Dataset records =

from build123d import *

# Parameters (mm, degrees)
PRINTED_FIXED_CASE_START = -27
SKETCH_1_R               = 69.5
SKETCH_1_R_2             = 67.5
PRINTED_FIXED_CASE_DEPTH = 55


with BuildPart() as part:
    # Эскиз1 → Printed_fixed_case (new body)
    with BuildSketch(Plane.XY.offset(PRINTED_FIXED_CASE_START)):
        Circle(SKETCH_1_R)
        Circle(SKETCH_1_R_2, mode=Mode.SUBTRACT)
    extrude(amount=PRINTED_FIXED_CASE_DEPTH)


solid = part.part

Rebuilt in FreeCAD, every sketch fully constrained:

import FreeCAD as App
import Part
import Sketcher
from FreeCAD import Vector
Q = App.Units.Quantity

doc = App.newDocument("Part")
body = doc.addObject("PartDesign::Body", "Body")

# Sketch on XY plane
sketch1 = body.newObject("Sketcher::SketchObject", "Sketch")
sketch1.AttachmentSupport = (doc.getObject("XY_Plane"), [""])
sketch1.MapMode = "FlatFace"
sketch1.AttachmentOffset = App.Placement(Vector(0, 0, -27), App.Rotation())
sketch1.addGeometry(Part.Circle(Vector(0, 0, 0), Vector(0, 0, 1), 69.5), False)
sketch1.addGeometry(Part.Circle(Vector(0, 0, 0), Vector(0, 0, 1), 67.5), False)
sketch1.addConstraint(Sketcher.Constraint("Coincident", 0, 3, -1, 1))
sketch1.addConstraint(Sketcher.Constraint("Coincident", 1, 3, -1, 1))
sketch1.addConstraint(Sketcher.Constraint("Diameter", 0, Q("139 mm")))
sketch1.addConstraint(Sketcher.Constraint("Diameter", 1, Q("135 mm")))
pad1 = body.newObject("PartDesign::Pad", "Pad")
pad1.Profile = sketch1
pad1.Length = 55

doc.recompute()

Exercise objective =
Find "Circle(SKETCH_1_R_2, mode=Mode.SUBTRACT)" in the entries above, then repeat its line and all lines after it exactly, down to the last line.

Solution for this task =
        Circle(SKETCH_1_R_2, mode=Mode.SUBTRACT)
    extrude(amount=PRINTED_FIXED_CASE_DEPTH)


solid = part.part

Rebuilt in FreeCAD, every sketch fully constrained:

import FreeCAD as App
import Part
import Sketcher
from FreeCAD import Vector
Q = App.Units.Quantity

doc = App.newDocument("Part")
body = doc.addObject("PartDesign::Body", "Body")

# Sketch on XY plane
sketch1 = body.newObject("Sketcher::SketchObject", "Sketch")
sketch1.AttachmentSupport = (doc.getObject("XY_Plane"), [""])
sketch1.MapMode = "FlatFace"
sketch1.AttachmentOffset = App.Placement(Vector(0, 0, -27), App.Rotation())
sketch1.addGeometry(Part.Circle(Vector(0, 0, 0), Vector(0, 0, 1), 69.5), False)
sketch1.addGeometry(Part.Circle(Vector(0, 0, 0), Vector(0, 0, 1), 67.5), False)
sketch1.addConstraint(Sketcher.Constraint("Coincident", 0, 3, -1, 1))
sketch1.addConstraint(Sketcher.Constraint("Coincident", 1, 3, -1, 1))
sketch1.addConstraint(Sketcher.Constraint("Diameter", 0, Q("139 mm")))
sketch1.addConstraint(Sketcher.Constraint("Diameter", 1, Q("135 mm")))
pad1 = body.newObject("PartDesign::Pad", "Pad")
pad1.Profile = sketch1
pad1.Length = 55

doc.recompute()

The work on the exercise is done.